**YOUR ASSIGNMENT**
Output the entries that follow, word for word.

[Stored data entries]

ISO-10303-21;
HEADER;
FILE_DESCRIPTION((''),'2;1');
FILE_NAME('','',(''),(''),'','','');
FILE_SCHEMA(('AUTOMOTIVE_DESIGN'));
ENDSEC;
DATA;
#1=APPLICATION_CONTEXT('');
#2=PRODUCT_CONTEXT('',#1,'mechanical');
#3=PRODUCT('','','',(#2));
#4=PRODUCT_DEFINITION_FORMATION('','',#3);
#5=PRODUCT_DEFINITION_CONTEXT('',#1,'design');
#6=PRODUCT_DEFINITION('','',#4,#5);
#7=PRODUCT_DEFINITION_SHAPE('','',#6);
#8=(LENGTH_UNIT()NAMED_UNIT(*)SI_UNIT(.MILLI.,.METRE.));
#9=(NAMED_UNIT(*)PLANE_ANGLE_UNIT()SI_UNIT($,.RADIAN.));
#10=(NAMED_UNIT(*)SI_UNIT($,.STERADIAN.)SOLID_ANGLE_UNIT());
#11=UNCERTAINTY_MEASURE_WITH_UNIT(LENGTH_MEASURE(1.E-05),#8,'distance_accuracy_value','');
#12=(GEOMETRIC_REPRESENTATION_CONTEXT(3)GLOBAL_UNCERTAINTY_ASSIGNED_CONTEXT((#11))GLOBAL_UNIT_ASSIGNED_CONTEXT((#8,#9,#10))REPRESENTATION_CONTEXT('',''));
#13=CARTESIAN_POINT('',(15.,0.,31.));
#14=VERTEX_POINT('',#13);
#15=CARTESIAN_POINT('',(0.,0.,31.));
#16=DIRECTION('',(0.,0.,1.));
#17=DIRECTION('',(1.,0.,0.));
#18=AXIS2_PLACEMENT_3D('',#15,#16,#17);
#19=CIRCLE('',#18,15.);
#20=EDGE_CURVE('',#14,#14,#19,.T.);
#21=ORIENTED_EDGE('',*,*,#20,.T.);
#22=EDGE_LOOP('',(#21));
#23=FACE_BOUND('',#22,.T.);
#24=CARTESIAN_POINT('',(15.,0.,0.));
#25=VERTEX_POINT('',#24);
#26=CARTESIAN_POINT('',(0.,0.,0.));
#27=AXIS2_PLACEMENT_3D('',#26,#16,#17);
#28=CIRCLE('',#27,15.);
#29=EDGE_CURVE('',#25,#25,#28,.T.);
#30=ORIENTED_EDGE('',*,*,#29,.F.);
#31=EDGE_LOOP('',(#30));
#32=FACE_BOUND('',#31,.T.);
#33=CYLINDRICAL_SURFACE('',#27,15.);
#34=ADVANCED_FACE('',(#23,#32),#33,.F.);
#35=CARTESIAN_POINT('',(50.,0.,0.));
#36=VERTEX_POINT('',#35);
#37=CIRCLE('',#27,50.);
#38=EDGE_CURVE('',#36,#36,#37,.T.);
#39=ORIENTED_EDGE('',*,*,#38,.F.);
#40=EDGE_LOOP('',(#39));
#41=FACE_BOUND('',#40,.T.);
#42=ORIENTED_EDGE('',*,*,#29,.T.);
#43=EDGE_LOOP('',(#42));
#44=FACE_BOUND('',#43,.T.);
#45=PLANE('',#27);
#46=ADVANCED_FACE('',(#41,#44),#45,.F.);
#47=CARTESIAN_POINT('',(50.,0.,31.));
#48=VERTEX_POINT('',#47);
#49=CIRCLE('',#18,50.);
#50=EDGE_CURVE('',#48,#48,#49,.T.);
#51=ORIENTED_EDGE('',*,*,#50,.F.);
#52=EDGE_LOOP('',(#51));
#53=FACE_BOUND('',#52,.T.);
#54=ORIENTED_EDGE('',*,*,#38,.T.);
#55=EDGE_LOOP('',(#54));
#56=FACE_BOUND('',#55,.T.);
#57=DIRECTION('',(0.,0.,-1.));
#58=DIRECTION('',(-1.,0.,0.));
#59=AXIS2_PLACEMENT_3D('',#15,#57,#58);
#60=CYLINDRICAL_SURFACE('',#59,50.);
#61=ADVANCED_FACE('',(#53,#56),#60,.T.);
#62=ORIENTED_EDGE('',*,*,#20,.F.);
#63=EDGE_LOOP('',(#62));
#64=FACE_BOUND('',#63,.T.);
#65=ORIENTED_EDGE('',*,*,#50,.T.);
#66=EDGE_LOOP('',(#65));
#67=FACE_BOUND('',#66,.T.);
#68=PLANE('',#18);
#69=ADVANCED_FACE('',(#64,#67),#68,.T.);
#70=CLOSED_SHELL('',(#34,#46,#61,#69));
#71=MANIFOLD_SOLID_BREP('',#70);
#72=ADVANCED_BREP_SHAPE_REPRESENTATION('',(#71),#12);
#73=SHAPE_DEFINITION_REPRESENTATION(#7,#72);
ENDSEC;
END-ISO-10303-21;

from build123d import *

# Parameters (mm, degrees)
SKETCH1_R           = 50
BOSS_EXTRUDE1_DEPTH = 31
SKETCH2_R           = 15
CUT_EXTRUDE1_DEPTH  = 32


with BuildPart() as part:
    # Sketch1 → Boss-Extrude1 (new body)
    with BuildSketch(Plane.XY):
        Circle(SKETCH1_R)
    extrude(amount=BOSS_EXTRUDE1_DEPTH)

    # Sketch2 → Cut-Extrude1 (cut, through all)
    with BuildSketch(Plane.XY.offset(31)):
        Circle(SKETCH2_R)
    extrude(amount=-CUT_EXTRUDE1_DEPTH, mode=Mode.SUBTRACT)


solid = part.part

**SOLUTION TO THIS PROBLEM**
ISO-10303-21;
HEADER;
FILE_DESCRIPTION((''),'2;1');
FILE_NAME('','',(''),(''),'','','');
FILE_SCHEMA(('AUTOMOTIVE_DESIGN'));
ENDSEC;
DATA;
#1=APPLICATION_CONTEXT('');
#2=PRODUCT_CONTEXT('',#1,'mechanical');
#3=PRODUCT('','','',(#2));
#4=PRODUCT_DEFINITION_FORMATION('','',#3);
#5=PRODUCT_DEFINITION_CONTEXT('',#1,'design');
#6=PRODUCT_DEFINITION('','',#4,#5);
#7=PRODUCT_DEFINITION_SHAPE('','',#6);
#8=(LENGTH_UNIT()NAMED_UNIT(*)SI_UNIT(.MILLI.,.METRE.));
#9=(NAMED_UNIT(*)PLANE_ANGLE_UNIT()SI_UNIT($,.RADIAN.));
#10=(NAMED_UNIT(*)SI_UNIT($,.STERADIAN.)SOLID_ANGLE_UNIT());
#11=UNCERTAINTY_MEASURE_WITH_UNIT(LENGTH_MEASURE(1.E-05),#8,'distance_accuracy_value','');
#12=(GEOMETRIC_REPRESENTATION_CONTEXT(3)GLOBAL_UNCERTAINTY_ASSIGNED_CONTEXT((#11))GLOBAL_UNIT_ASSIGNED_CONTEXT((#8,#9,#10))REPRESENTATION_CONTEXT('',''));
#13=CARTESIAN_POINT('',(15.,0.,31.));
#14=VERTEX_POINT('',#13);
#15=CARTESIAN_POINT('',(0.,0.,31.));
#16=DIRECTION('',(0.,0.,1.));
#17=DIRECTION('',(1.,0.,0.));
#18=AXIS2_PLACEMENT_3D('',#15,#16,#17);
#19=CIRCLE('',#18,15.);
#20=EDGE_CURVE('',#14,#14,#19,.T.);
#21=ORIENTED_EDGE('',*,*,#20,.T.);
#22=EDGE_LOOP('',(#21));
#23=FACE_BOUND('',#22,.T.);
#24=CARTESIAN_POINT('',(15.,0.,0.));
#25=VERTEX_POINT('',#24);
#26=CARTESIAN_POINT('',(0.,0.,0.));
#27=AXIS2_PLACEMENT_3D('',#26,#16,#17);
#28=CIRCLE('',#27,15.);
#29=EDGE_CURVE('',#25,#25,#28,.T.);
#30=ORIENTED_EDGE('',*,*,#29,.F.);
#31=EDGE_LOOP('',(#30));
#32=FACE_BOUND('',#31,.T.);
#33=CYLINDRICAL_SURFACE('',#27,15.);
#34=ADVANCED_FACE('',(#23,#32),#33,.F.);
#35=CARTESIAN_POINT('',(50.,0.,0.));
#36=VERTEX_POINT('',#35);
#37=CIRCLE('',#27,50.);
#38=EDGE_CURVE('',#36,#36,#37,.T.);
#39=ORIENTED_EDGE('',*,*,#38,.F.);
#40=EDGE_LOOP('',(#39));
#41=FACE_BOUND('',#40,.T.);
#42=ORIENTED_EDGE('',*,*,#29,.T.);
#43=EDGE_LOOP('',(#42));
#44=FACE_BOUND('',#43,.T.);
#45=PLANE('',#27);
#46=ADVANCED_FACE('',(#41,#44),#45,.F.);
#47=CARTESIAN_POINT('',(50.,0.,31.));
#48=VERTEX_POINT('',#47);
#49=CIRCLE('',#18,50.);
#50=EDGE_CURVE('',#48,#48,#49,.T.);
#51=ORIENTED_EDGE('',*,*,#50,.F.);
#52=EDGE_LOOP('',(#51));
#53=FACE_BOUND('',#52,.T.);
#54=ORIENTED_EDGE('',*,*,#38,.T.);
#55=EDGE_LOOP('',(#54));
#56=FACE_BOUND('',#55,.T.);
#57=DIRECTION('',(0.,0.,-1.));
#58=DIRECTION('',(-1.,0.,0.));
#59=AXIS2_PLACEMENT_3D('',#15,#57,#58);
#60=CYLINDRICAL_SURFACE('',#59,50.);
#61=ADVANCED_FACE('',(#53,#56),#60,.T.);
#62=ORIENTED_EDGE('',*,*,#20,.F.);
#63=EDGE_LOOP('',(#62));
#64=FACE_BOUND('',#63,.T.);
#65=ORIENTED_EDGE('',*,*,#50,.T.);
#66=EDGE_LOOP('',(#65));
#67=FACE_BOUND('',#66,.T.);
#68=PLANE('',#18);
#69=ADVANCED_FACE('',(#64,#67),#68,.T.);
#70=CLOSED_SHELL('',(#34,#46,#61,#69));
#71=MANIFOLD_SOLID_BREP('',#70);
#72=ADVANCED_BREP_SHAPE_REPRESENTATION('',(#71),#12);
#73=SHAPE_DEFINITION_REPRESENTATION(#7,#72);
ENDSEC;
END-ISO-10303-21;

from build123d import *

# Parameters (mm, degrees)
SKETCH1_R           = 50
BOSS_EXTRUDE1_DEPTH = 31
SKETCH2_R           = 15
CUT_EXTRUDE1_DEPTH  = 32


with BuildPart() as part:
    # Sketch1 → Boss-Extrude1 (new body)
    with BuildSketch(Plane.XY):
        Circle(SKETCH1_R)
    extrude(amount=BOSS_EXTRUDE1_DEPTH)

    # Sketch2 → Cut-Extrude1 (cut, through all)
    with BuildSketch(Plane.XY.offset(31)):
        Circle(SKETCH2_R)
    extrude(amount=-CUT_EXTRUDE1_DEPTH, mode=Mode.SUBTRACT)


solid = part.part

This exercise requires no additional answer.